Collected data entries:
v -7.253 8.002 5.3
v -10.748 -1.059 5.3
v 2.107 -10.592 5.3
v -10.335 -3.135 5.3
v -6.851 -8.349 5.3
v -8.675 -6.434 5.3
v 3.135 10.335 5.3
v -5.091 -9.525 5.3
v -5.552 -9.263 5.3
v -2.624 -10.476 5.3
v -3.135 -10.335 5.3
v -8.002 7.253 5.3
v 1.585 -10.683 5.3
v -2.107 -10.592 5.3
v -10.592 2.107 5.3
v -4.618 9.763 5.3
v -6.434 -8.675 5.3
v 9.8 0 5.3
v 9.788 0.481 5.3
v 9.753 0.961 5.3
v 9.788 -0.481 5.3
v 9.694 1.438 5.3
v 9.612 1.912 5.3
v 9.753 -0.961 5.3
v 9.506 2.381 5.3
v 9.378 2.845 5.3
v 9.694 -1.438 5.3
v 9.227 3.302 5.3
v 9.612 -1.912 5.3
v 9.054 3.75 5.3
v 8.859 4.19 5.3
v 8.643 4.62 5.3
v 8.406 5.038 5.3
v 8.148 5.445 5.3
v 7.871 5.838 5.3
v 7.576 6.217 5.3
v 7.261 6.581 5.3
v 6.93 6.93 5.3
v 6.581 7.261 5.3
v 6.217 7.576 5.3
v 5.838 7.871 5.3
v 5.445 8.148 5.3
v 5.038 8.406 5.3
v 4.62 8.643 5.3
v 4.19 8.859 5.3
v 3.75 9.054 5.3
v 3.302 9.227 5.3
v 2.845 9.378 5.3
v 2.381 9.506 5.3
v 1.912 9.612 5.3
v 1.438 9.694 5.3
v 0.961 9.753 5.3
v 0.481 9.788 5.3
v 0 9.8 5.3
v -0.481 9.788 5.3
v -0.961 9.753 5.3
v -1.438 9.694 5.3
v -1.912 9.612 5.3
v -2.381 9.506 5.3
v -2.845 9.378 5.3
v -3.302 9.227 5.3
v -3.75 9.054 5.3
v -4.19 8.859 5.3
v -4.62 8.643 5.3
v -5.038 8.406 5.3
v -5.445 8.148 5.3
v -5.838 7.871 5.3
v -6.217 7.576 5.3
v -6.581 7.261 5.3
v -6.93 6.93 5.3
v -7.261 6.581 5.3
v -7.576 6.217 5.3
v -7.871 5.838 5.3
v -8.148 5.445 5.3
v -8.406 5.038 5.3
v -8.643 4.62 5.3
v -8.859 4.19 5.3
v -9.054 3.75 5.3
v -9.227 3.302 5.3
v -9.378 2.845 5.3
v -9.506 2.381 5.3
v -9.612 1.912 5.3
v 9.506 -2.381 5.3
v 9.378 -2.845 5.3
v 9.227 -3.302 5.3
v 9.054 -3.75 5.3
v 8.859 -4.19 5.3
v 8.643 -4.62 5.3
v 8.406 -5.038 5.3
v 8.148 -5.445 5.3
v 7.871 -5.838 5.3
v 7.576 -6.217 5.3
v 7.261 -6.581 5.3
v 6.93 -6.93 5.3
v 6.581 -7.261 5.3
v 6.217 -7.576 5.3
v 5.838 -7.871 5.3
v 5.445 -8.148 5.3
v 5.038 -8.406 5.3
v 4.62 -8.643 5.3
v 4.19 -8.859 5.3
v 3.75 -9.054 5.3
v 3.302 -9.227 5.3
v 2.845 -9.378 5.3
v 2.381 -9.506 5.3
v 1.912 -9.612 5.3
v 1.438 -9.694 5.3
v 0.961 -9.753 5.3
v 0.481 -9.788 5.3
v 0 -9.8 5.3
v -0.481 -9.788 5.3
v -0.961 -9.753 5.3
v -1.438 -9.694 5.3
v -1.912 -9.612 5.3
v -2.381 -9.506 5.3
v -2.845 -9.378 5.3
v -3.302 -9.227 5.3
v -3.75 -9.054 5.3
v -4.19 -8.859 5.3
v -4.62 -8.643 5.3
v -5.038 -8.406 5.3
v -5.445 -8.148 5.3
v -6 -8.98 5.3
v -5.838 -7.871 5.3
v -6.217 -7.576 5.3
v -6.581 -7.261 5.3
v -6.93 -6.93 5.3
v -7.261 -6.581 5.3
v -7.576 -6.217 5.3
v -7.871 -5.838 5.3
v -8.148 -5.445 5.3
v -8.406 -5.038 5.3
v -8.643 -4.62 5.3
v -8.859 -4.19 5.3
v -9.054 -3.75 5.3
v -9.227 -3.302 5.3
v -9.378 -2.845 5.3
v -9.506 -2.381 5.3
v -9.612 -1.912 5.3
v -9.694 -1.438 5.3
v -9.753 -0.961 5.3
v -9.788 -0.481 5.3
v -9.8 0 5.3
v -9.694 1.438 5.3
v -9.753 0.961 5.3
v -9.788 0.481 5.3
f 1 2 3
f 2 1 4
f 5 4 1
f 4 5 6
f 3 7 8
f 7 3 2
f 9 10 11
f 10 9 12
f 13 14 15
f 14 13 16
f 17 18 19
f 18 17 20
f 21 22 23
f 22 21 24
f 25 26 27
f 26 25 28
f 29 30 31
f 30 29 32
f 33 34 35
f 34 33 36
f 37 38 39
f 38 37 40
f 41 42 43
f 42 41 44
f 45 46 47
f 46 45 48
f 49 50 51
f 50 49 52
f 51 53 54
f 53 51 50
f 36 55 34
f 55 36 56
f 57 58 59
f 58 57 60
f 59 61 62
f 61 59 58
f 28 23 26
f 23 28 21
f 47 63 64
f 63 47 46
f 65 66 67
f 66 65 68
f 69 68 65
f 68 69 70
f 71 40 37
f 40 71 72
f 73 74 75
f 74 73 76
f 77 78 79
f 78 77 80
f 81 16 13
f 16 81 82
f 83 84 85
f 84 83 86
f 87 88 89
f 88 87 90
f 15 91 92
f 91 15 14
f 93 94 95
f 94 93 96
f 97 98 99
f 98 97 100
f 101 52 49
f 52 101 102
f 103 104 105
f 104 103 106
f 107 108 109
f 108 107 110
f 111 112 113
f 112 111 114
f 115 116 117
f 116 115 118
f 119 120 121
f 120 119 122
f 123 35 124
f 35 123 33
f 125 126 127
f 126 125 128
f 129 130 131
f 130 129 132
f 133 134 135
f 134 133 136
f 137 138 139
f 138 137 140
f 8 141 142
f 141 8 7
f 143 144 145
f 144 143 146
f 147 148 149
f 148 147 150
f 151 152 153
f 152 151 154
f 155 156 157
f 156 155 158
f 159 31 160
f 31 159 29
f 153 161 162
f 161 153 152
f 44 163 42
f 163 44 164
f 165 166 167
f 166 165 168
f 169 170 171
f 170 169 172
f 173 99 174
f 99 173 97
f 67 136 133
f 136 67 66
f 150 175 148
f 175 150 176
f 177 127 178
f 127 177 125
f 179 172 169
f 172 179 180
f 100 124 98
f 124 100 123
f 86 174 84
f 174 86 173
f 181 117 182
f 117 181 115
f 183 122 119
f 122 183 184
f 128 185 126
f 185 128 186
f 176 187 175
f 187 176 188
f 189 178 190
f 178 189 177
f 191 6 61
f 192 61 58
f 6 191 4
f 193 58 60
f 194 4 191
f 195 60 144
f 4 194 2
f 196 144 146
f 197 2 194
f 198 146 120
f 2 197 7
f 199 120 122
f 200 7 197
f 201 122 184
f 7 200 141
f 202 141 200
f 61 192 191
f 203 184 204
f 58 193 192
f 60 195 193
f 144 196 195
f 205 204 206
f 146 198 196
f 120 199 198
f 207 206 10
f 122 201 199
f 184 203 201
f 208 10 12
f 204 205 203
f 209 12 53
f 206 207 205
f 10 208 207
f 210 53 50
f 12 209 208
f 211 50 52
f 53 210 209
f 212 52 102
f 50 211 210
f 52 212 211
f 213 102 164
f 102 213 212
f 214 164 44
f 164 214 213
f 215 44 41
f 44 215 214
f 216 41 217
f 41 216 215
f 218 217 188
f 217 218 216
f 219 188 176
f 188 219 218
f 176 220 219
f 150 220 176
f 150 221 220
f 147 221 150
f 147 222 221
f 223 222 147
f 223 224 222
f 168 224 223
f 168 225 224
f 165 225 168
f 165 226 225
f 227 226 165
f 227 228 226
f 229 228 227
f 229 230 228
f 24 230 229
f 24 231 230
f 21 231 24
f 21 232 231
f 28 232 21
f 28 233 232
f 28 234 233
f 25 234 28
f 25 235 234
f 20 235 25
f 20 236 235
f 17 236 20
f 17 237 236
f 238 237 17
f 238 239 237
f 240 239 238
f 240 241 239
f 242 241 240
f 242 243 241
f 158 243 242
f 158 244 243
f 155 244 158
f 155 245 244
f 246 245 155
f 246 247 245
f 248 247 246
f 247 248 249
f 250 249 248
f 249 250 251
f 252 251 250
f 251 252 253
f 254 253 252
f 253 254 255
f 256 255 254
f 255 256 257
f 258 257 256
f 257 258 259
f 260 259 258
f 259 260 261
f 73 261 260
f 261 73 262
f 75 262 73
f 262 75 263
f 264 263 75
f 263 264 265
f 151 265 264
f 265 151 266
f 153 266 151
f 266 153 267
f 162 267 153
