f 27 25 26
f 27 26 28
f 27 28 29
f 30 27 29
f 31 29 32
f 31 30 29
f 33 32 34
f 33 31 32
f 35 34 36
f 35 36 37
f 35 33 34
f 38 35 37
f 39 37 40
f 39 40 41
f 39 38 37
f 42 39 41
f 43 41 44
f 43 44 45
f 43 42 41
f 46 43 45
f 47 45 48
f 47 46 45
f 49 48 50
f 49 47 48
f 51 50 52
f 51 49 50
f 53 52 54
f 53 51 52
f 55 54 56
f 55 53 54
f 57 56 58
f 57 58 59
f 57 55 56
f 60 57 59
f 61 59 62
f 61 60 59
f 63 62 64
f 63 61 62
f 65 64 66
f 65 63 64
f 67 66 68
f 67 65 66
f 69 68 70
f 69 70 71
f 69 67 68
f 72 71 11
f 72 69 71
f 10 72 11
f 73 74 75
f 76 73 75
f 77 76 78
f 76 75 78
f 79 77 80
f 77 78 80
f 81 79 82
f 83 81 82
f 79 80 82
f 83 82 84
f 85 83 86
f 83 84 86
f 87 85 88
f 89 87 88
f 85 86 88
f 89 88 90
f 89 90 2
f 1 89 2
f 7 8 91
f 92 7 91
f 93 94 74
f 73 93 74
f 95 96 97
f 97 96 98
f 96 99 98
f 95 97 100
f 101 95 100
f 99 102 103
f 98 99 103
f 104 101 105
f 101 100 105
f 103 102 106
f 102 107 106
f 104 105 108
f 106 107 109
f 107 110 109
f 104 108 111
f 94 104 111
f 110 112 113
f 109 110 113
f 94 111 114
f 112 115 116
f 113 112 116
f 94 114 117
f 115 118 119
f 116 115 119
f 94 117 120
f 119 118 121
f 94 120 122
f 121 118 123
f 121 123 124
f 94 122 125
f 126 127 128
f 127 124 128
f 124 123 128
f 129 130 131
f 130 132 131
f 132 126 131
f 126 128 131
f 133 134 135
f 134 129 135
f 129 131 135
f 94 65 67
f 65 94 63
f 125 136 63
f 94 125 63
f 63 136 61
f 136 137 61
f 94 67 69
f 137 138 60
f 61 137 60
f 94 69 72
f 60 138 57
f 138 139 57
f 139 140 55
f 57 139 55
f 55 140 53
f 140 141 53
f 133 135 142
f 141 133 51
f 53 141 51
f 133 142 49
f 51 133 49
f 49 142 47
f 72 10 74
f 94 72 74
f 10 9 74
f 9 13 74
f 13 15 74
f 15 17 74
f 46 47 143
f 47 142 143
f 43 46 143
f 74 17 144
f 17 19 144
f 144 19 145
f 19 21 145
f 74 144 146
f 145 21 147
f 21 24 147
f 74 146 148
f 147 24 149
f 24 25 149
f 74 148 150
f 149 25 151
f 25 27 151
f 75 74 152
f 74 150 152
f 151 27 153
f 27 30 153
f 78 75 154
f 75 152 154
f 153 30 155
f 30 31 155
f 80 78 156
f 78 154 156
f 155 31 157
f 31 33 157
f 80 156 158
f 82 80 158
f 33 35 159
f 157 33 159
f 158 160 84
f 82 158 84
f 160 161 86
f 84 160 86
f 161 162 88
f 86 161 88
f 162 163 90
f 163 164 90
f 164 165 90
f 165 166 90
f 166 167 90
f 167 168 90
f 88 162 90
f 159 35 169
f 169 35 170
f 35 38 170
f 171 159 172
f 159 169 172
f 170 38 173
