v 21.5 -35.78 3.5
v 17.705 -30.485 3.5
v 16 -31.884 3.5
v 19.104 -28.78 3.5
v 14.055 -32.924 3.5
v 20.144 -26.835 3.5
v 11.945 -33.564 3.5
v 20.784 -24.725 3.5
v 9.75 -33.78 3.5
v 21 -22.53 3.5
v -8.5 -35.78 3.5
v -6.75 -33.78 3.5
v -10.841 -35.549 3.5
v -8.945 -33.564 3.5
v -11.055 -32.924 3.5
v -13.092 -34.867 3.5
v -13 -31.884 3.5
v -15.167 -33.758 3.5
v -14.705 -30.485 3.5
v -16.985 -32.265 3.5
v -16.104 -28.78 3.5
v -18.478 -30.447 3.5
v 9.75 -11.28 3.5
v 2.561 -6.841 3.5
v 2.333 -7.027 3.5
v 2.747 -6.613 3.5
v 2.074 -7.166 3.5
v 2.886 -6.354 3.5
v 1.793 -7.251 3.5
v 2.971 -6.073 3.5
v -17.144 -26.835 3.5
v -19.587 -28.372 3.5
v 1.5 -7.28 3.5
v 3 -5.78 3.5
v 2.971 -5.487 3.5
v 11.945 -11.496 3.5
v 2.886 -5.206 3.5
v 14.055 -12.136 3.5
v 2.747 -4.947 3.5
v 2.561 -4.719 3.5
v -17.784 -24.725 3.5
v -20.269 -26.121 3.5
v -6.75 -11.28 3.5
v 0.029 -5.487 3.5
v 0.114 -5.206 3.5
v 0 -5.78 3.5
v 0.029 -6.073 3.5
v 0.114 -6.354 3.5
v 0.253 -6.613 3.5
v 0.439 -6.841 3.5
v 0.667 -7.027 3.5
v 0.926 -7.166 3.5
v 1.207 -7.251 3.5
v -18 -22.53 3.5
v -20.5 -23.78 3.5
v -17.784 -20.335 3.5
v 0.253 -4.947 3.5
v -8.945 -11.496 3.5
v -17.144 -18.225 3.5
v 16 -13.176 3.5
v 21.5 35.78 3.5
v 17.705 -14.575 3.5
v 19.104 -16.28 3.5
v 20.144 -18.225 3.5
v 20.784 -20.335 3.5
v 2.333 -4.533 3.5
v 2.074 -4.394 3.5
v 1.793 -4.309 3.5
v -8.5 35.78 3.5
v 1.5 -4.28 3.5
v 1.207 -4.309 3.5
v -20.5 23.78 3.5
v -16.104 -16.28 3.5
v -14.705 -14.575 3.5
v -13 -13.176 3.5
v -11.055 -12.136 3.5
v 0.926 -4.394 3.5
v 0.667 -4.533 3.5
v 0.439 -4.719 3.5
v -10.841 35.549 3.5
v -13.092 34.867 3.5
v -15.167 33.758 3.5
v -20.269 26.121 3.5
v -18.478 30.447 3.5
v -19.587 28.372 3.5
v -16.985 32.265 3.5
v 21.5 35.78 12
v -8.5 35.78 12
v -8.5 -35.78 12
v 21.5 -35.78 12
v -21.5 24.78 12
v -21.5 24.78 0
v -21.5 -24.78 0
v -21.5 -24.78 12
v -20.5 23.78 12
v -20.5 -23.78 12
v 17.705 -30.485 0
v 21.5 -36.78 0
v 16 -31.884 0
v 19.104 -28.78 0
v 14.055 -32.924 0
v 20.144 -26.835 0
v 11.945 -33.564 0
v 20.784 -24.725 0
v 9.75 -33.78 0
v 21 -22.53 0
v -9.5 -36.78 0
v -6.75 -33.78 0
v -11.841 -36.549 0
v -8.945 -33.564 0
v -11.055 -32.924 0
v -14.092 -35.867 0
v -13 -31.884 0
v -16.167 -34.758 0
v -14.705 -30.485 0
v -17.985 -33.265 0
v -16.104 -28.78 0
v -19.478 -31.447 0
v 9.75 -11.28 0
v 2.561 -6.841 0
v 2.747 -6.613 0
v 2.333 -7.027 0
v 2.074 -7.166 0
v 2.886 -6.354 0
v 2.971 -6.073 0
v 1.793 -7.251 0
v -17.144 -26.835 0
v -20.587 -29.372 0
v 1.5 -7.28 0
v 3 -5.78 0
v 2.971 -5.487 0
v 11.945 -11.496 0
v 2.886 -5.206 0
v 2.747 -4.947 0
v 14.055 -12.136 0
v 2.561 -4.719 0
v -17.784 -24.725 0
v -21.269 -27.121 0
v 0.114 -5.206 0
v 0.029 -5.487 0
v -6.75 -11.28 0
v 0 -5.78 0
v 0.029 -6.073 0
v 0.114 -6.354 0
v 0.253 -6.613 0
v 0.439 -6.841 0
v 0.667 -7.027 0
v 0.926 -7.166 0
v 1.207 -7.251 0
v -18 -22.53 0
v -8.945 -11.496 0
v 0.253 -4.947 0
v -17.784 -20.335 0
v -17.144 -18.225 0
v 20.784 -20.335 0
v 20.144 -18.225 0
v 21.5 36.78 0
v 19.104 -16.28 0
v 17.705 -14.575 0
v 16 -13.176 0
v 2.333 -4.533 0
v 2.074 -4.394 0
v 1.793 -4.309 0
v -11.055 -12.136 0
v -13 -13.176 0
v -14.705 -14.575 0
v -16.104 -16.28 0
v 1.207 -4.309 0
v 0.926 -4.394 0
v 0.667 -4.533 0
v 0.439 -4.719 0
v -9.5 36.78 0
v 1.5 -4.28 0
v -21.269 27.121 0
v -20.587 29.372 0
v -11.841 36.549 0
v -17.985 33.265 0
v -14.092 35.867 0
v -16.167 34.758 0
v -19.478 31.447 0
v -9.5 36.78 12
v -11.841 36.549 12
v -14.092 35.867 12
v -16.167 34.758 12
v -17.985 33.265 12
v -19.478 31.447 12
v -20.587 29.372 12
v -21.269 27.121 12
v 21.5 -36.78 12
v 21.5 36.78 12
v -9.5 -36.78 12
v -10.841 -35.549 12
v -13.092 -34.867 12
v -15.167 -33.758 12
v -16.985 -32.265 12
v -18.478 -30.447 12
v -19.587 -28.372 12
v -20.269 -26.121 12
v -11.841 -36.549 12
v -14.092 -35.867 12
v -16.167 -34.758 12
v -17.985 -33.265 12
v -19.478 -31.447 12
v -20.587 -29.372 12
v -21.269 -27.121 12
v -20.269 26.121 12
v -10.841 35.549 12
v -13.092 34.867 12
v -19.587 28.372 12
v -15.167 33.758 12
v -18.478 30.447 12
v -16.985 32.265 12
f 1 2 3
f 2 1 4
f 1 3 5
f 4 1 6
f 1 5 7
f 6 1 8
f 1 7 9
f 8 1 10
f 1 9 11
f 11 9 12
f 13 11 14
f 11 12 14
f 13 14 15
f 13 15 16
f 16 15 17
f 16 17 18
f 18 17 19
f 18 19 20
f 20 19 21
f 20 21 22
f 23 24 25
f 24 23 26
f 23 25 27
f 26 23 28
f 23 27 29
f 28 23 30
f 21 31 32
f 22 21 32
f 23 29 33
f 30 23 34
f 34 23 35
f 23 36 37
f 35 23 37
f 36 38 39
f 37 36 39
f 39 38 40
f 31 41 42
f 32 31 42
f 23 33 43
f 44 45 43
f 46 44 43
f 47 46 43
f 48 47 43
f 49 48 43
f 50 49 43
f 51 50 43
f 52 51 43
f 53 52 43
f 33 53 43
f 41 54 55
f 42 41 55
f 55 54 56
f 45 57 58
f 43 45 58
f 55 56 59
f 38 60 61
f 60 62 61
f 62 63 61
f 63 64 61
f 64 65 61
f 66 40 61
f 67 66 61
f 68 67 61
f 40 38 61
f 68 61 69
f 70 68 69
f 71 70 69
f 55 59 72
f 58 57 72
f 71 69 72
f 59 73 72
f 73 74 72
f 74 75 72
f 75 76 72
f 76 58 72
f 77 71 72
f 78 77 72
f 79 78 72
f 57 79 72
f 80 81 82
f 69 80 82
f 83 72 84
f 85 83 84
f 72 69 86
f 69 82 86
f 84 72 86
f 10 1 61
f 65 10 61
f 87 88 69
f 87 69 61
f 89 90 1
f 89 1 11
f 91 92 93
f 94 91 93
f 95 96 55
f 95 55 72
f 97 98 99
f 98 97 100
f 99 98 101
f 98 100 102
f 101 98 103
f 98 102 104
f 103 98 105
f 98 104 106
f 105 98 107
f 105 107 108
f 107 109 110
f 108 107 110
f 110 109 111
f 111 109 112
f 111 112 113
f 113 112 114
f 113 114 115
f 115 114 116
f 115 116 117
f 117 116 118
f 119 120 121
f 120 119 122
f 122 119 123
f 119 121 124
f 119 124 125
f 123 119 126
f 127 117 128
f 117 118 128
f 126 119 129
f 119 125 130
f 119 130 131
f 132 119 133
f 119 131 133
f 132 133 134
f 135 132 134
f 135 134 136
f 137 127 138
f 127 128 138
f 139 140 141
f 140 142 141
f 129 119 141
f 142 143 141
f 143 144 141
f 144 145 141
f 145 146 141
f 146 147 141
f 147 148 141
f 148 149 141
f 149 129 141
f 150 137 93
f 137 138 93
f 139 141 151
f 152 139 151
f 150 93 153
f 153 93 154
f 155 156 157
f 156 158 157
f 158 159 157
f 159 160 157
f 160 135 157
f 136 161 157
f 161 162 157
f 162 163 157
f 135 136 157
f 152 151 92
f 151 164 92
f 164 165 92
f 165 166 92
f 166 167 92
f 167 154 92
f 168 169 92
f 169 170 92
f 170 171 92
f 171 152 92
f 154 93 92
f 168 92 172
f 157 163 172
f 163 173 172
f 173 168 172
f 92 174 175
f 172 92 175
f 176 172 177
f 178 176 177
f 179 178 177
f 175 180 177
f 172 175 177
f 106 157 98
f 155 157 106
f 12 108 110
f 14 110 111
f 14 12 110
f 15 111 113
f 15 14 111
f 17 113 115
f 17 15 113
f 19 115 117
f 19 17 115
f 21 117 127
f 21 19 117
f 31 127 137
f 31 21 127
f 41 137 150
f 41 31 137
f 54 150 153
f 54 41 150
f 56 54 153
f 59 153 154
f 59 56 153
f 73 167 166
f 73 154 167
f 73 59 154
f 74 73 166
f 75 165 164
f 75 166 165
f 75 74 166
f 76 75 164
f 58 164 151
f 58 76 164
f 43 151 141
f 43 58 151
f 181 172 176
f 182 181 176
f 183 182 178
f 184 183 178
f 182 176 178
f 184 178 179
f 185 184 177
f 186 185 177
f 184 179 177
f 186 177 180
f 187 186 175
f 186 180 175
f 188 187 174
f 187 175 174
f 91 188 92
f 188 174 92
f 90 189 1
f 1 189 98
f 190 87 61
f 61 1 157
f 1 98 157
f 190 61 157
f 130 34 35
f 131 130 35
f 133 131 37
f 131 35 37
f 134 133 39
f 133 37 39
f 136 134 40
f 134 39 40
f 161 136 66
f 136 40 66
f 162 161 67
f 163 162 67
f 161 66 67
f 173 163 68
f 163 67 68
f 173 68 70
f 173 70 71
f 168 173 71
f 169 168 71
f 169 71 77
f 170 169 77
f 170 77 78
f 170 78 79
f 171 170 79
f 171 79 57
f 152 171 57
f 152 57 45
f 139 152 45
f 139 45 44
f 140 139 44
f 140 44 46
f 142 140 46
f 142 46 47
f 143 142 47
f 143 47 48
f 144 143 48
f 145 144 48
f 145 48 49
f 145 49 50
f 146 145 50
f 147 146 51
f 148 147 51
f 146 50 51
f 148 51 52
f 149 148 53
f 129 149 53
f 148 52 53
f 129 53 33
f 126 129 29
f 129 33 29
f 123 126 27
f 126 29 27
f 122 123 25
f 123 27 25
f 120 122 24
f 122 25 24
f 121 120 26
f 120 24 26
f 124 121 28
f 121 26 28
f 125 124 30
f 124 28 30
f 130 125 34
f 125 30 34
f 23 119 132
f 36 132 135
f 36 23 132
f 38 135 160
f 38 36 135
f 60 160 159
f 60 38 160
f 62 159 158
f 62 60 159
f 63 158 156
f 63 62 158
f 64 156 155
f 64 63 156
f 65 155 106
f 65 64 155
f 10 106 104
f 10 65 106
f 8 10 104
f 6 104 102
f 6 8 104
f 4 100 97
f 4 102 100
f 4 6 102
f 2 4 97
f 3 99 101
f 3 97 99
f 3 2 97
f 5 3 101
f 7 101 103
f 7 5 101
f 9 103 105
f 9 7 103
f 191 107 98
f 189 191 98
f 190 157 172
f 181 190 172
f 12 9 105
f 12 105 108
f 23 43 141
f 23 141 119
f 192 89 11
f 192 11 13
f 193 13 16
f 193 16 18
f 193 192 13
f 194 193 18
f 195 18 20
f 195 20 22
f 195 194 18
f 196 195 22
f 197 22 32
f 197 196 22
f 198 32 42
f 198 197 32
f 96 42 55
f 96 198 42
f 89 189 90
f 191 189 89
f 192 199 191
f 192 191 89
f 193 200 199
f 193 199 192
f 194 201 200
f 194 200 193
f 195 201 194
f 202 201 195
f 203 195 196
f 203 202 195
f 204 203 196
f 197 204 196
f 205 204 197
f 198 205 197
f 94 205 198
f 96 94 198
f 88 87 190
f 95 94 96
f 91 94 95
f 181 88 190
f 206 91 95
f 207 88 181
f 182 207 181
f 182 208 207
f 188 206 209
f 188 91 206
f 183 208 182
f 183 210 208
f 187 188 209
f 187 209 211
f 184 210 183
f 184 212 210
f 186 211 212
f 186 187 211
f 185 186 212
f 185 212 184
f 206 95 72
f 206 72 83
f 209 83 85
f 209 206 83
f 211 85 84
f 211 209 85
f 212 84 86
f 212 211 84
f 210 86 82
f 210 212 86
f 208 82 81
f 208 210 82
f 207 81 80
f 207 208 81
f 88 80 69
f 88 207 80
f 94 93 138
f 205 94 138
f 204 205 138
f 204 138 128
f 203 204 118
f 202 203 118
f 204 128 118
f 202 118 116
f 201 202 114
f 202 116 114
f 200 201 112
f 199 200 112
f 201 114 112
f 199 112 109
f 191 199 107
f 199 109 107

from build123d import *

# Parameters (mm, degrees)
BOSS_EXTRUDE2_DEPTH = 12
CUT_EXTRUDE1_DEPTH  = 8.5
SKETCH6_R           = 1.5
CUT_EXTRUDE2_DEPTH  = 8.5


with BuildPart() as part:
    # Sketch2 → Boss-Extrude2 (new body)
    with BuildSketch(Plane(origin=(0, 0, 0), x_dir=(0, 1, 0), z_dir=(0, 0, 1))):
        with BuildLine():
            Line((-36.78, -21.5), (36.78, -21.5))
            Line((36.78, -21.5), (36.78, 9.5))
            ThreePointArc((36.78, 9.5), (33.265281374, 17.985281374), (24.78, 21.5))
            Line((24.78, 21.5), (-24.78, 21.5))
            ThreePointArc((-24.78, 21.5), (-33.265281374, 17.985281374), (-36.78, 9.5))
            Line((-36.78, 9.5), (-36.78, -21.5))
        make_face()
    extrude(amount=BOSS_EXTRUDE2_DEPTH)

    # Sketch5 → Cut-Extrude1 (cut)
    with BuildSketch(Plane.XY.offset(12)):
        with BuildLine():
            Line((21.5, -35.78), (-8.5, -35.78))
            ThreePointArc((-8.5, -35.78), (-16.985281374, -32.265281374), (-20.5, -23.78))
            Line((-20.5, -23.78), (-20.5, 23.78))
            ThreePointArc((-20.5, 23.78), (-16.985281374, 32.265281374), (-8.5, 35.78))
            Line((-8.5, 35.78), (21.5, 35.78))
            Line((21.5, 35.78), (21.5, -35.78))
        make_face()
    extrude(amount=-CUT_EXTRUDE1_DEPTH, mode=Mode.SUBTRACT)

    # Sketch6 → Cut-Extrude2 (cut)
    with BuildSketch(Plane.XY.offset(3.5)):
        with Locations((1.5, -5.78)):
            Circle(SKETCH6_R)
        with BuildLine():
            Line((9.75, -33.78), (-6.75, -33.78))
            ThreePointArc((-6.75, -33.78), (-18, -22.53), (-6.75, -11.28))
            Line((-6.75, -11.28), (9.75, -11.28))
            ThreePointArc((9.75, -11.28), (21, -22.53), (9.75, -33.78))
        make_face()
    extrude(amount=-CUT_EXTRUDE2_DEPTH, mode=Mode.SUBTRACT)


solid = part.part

About this exercise:
Give back precisely the lines above that start at the line containing "v -8.406 -5.038 5.3" and end at the line containing "f 165 166 167", inclusive. No other lines belong in the output.

Solution to this problem:
v -8.406 -5.038 5.3
v -8.643 -4.62 5.3
v -8.859 -4.19 5.3
v -9.054 -3.75 5.3
v -9.227 -3.302 5.3
v -9.378 -2.845 5.3
v -9.506 -2.381 5.3
v -9.612 -1.912 5.3
v -9.694 -1.438 5.3
v -9.753 -0.961 5.3
v -9.788 -0.481 5.3
v -9.8 0 5.3
v -9.694 1.438 5.3
v -9.753 0.961 5.3
v -9.788 0.481 5.3
f 1 2 3
f 2 1 4
f 5 4 1
f 4 5 6
f 3 7 8
f 7 3 2
f 9 10 11
f 10 9 12
f 13 14 15
f 14 13 16
f 17 18 19
f 18 17 20
f 21 22 23
f 22 21 24
f 25 26 27
f 26 25 28
f 29 30 31
f 30 29 32
f 33 34 35
f 34 33 36
f 37 38 39
f 38 37 40
f 41 42 43
f 42 41 44
f 45 46 47
f 46 45 48
f 49 50 51
f 50 49 52
f 51 53 54
f 53 51 50
f 36 55 34
f 55 36 56
f 57 58 59
f 58 57 60
f 59 61 62
f 61 59 58
f 28 23 26
f 23 28 21
f 47 63 64
f 63 47 46
f 65 66 67
f 66 65 68
f 69 68 65
f 68 69 70
f 71 40 37
f 40 71 72
f 73 74 75
f 74 73 76
f 77 78 79
f 78 77 80
f 81 16 13
f 16 81 82
f 83 84 85
f 84 83 86
f 87 88 89
f 88 87 90
f 15 91 92
f 91 15 14
f 93 94 95
f 94 93 96
f 97 98 99
f 98 97 100
f 101 52 49
f 52 101 102
f 103 104 105
f 104 103 106
f 107 108 109
f 108 107 110
f 111 112 113
f 112 111 114
f 115 116 117
f 116 115 118
f 119 120 121
f 120 119 122
f 123 35 124
f 35 123 33
f 125 126 127
f 126 125 128
f 129 130 131
f 130 129 132
f 133 134 135
f 134 133 136
f 137 138 139
f 138 137 140
f 8 141 142
f 141 8 7
f 143 144 145
f 144 143 146
f 147 148 149
f 148 147 150
f 151 152 153
f 152 151 154
f 155 156 157
f 156 155 158
f 159 31 160
f 31 159 29
f 153 161 162
f 161 153 152
f 44 163 42
f 163 44 164
f 165 166 167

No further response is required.